L'Explication Prémisse
La nullité relative concerne les contrats viciés pour protéger une personne déterminée (par exemple un mineur, une personne trompée ou forcée). Seule la personne que la loi veut protéger — ou son représentant — peut demander l'annulation. Cette nullité peut disparaître si la personne protégée confirme le contrat (par exemple en l'acceptant clairement ou en en tirant avantage). Si plusieurs personnes ont le pouvoir de demander l'annulation, le fait qu'une d'elles renonce n'empêche pas les autres d'agir.

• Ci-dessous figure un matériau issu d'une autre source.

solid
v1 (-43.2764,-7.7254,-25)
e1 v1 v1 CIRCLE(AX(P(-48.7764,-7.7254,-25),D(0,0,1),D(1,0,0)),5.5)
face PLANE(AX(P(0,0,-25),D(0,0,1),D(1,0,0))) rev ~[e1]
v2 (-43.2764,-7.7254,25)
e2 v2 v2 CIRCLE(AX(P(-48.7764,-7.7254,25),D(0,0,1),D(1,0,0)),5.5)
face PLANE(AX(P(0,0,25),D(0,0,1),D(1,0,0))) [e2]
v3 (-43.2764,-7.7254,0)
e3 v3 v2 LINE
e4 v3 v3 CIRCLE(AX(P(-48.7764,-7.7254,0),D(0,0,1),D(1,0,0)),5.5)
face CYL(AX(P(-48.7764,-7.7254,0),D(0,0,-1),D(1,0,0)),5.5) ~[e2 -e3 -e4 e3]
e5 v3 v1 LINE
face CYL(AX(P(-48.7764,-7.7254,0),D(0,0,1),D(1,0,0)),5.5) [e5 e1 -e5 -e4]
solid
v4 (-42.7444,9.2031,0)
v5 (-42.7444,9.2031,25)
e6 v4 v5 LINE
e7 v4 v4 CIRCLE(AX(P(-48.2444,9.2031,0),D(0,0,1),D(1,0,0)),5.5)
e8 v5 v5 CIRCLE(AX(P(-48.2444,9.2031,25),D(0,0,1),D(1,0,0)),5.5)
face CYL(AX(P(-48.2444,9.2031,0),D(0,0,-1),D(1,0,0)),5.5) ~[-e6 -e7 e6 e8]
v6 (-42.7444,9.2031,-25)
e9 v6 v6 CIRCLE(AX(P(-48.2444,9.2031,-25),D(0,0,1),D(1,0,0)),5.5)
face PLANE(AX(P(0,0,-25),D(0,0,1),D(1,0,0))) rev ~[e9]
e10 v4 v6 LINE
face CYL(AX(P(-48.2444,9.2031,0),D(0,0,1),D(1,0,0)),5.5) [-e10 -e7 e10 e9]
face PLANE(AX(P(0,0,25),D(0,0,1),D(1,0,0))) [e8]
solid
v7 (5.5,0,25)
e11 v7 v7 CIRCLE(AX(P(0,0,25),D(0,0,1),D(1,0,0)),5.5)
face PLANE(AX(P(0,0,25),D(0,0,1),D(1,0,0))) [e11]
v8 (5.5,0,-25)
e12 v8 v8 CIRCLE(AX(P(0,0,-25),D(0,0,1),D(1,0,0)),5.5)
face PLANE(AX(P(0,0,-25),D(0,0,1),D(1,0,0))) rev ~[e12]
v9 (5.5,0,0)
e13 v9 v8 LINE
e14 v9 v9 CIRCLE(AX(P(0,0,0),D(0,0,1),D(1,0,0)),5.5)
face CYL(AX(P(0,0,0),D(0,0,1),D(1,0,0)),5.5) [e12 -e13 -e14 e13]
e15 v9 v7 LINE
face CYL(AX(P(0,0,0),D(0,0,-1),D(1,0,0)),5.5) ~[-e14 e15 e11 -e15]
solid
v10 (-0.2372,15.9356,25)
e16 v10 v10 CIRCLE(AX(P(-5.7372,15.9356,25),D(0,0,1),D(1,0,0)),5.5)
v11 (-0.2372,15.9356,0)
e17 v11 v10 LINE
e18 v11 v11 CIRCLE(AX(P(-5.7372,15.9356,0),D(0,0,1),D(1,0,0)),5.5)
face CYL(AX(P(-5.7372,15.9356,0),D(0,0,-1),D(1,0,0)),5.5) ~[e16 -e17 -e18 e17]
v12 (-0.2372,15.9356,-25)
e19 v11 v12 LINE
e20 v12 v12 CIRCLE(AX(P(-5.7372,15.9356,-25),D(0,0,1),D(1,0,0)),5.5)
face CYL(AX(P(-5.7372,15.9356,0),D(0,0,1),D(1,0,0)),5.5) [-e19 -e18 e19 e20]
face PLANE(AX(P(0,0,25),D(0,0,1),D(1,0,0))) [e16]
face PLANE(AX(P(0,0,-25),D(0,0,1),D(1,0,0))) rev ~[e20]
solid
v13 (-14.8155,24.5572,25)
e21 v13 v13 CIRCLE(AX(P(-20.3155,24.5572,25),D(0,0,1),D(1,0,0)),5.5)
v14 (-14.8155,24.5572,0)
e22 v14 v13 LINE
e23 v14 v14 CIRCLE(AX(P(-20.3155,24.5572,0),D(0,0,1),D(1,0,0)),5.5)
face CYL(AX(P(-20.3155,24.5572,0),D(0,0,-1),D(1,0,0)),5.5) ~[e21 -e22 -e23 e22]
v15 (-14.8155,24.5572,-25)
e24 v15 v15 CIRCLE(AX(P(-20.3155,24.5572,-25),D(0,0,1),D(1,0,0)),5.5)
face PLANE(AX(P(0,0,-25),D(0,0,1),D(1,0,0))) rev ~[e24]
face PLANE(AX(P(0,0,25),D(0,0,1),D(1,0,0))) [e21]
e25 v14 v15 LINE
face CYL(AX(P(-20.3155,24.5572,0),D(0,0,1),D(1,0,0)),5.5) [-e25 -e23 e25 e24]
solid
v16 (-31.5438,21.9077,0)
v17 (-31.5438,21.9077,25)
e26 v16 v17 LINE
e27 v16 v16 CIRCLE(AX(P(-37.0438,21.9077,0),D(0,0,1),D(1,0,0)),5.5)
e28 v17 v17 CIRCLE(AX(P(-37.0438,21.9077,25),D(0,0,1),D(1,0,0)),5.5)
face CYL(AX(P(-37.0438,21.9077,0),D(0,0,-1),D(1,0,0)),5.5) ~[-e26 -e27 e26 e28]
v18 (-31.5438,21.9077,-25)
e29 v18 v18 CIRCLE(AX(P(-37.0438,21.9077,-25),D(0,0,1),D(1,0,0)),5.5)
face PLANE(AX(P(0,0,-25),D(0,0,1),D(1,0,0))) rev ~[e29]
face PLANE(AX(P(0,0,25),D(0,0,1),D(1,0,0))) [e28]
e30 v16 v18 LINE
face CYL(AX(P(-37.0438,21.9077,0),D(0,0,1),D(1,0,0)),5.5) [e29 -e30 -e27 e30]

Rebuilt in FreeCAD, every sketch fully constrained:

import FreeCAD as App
import Part
import Sketcher
Q = App.Units.Quantity

doc = App.newDocument("Part")
body = doc.addObject("PartDesign::Body", "Body")
body.AllowCompound = True

# Sketch on XY plane
sketch1 = body.newObject("Sketcher::SketchObject", "Sketch")
sketch1.AttachmentSupport = (doc.getObject("XY_Plane"), [""])
sketch1.MapMode = "FlatFace"
sketch1.addGeometry([
    Part.Circle(App.Vector(-48.7764, -7.7254, 0), App.Vector(0, 0, 1), 5.5),  # 0
    Part.Circle(App.Vector(-48.2444, 9.2031, 0), App.Vector(0, 0, 1), 5.5),  # 1
    Part.Circle(App.Vector(-37.0438, 21.9077, 0), App.Vector(0, 0, 1), 5.5),  # 2
    Part.Circle(App.Vector(-20.3155, 24.5572, 0), App.Vector(0, 0, 1), 5.5),  # 3
    Part.Circle(App.Vector(-5.7372, 15.9356, 0), App.Vector(0, 0, 1), 5.5),  # 4
    Part.Circle(App.Vector(0, 0, 0), App.Vector(0, 0, 1), 5.5),  # 5
], False)
sketch1.addConstraint([
    Sketcher.Constraint("Coincident", 5, 3, -1, 1),
    Sketcher.Constraint("Equal", 0, 1),
    Sketcher.Constraint("Equal", 1, 2),
    Sketcher.Constraint("Equal", 2, 3),
    Sketcher.Constraint("Equal", 3, 4),
    Sketcher.Constraint("Equal", 4, 5),
    Sketcher.Constraint("Diameter", 0, Q("11 mm")),
    Sketcher.Constraint("DistanceY", -1, 1, 1, 3, Q("9.203 mm")),
    Sketcher.Constraint("DistanceX", 0, 3, 1, 3, Q("0.532 mm")),
    Sketcher.Constraint("DistanceY", 0, 3, 2, 3, Q("29.633 mm")),
    Sketcher.Constraint("DistanceX", 1, 3, 3, 3, Q("27.929 mm")),
    Sketcher.Constraint("DistanceY", 1, 3, 3, 3, Q("15.354 mm")),
    Sketcher.Constraint("DistanceY", 4, 3, 2, 3, Q("5.972 mm")),
    Sketcher.Constraint("DistanceX", 0, 3, -1, 1, Q("48.7764 mm")),
    Sketcher.Constraint("DistanceY", 0, 3, -1, 1, Q("7.7254 mm")),
    Sketcher.Constraint("DistanceX", 2, 3, -1, 1, Q("37.0438 mm")),
    Sketcher.Constraint("DistanceX", 4, 3, -1, 1, Q("5.7372 mm")),
])
pad1 = body.newObject("PartDesign::Pad", "Pad")
pad1.Profile = sketch1
pad1.Length = 50
pad1.Midplane = True

doc.recompute()
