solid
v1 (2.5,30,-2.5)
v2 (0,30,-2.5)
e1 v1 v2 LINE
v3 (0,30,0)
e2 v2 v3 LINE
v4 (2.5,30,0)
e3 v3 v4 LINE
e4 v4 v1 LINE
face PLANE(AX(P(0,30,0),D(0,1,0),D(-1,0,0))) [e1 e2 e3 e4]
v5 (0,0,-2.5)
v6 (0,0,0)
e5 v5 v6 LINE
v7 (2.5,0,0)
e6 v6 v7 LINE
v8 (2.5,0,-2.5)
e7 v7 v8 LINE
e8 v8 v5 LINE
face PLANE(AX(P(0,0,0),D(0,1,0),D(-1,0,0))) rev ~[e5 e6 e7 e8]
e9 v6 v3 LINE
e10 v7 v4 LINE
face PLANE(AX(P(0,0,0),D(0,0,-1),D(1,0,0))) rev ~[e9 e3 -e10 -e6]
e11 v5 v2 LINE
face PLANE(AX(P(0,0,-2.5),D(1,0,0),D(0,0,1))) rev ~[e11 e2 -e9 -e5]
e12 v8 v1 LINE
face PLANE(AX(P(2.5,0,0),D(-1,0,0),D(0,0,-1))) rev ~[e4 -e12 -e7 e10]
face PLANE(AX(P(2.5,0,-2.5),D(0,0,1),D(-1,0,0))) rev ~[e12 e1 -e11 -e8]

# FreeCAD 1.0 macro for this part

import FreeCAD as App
import Part
import Sketcher


def add_polygon(sketch, points):
    """Adds a closed chain of lines whose ends are joined by coincident constraints."""
    first, n = sketch.GeometryCount, len(points)
    for a, b in zip(points, points[1:] + points[:1]):
        sketch.addGeometry(Part.LineSegment(App.Vector(*a, 0), App.Vector(*b, 0)), False)
    for i in range(n):
        sketch.addConstraint(Sketcher.Constraint("Coincident", first + i, 2, first + (i + 1) % n, 1))

doc = App.newDocument("Part")
params = doc.addObject("Spreadsheet::Sheet", "Params")
for row, (alias, value) in enumerate([
    ("sketch1_width", "2.5 mm"),
    ("pad1_length", "30 mm"),
], start=1):
    params.set(f"A{row}", alias)
    params.set(f"B{row}", "=" + value)
    params.setAlias(f"B{row}", alias)

body = doc.addObject("PartDesign::Body", "Body")

# Sketch on XZ plane
sketch1 = doc.addObject("Sketcher::SketchObject", "Sketch")
body.addObject(sketch1)
sketch1.AttachmentSupport = (doc.XZ_Plane, [""])
sketch1.MapMode = "FlatFace"
add_polygon(sketch1, [(0, -2.5), (0, 0), (2.5, 0), (2.5, -2.5)])  # lines 0-3
sketch1.addConstraint(Sketcher.Constraint("Vertical", 0))
sketch1.addConstraint(Sketcher.Constraint("Horizontal", 1))
sketch1.addConstraint(Sketcher.Constraint("Vertical", 2))
sketch1.addConstraint(Sketcher.Constraint("Horizontal", 3))
sketch1.addConstraint(Sketcher.Constraint("Coincident", 0, 2, -1, 1))
sketch1.addConstraint(Sketcher.Constraint("Equal", 3, 0))
sketch1.addConstraint(Sketcher.Constraint("DistanceX", 1, 1, 1, 2, 2.5))
sketch1.setExpression("Constraints[10]", "Params.sketch1_width")
pad1 = doc.addObject("PartDesign::Pad", "Pad")
body.addObject(pad1)
pad1.Profile = sketch1
pad1.setExpression("Length", "Params.pad1_length")
pad1.Reversed = True

doc.recompute()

Deux adolescents achètent ensemble un scooter. Comme ils sont mineurs, la loi les protège et ils peuvent demander l'annulation de l'achat. Si l'un des deux décide d'abandonner l'action (ou que son représentant la renonce), l'autre adolescent peut toutefois toujours demander l'annulation. En revanche, le vendeur ne peut pas se prévaloir de la nullité pour annuler la vente. Si l'un des adolescents, après mûre réflexion, confirme expressément qu'il garde le scooter (ou commence à l'utiliser de façon prolongée), il perd le droit de demander l'annulation pour son propre compte.
- La nullité est “relative” quand elle protège une personne déterminée ; seule cette personne (ou son représentant légal) peut la demander.
- Un tiers (par exemple l’autre cocontractant non protégé) ne peut pas exercer l’action en nullité relative.
- La nullité relative peut être "couverte" par une confirmation : si la personne protégée confirme le contrat (de manière expresse ou par comportement équivalent), elle ne peut plus l’annuler.
- Si plusieurs personnes ont le droit d’agir en nullité relative, la renonciation ou l’abstention de l’une n’empêche pas les autres d’exercer l’action.
- La règle protège l’intérêt du bénéficiaire de la protection tout en laissant la possibilité d’une régularisation volontaire du contrat par confirmation.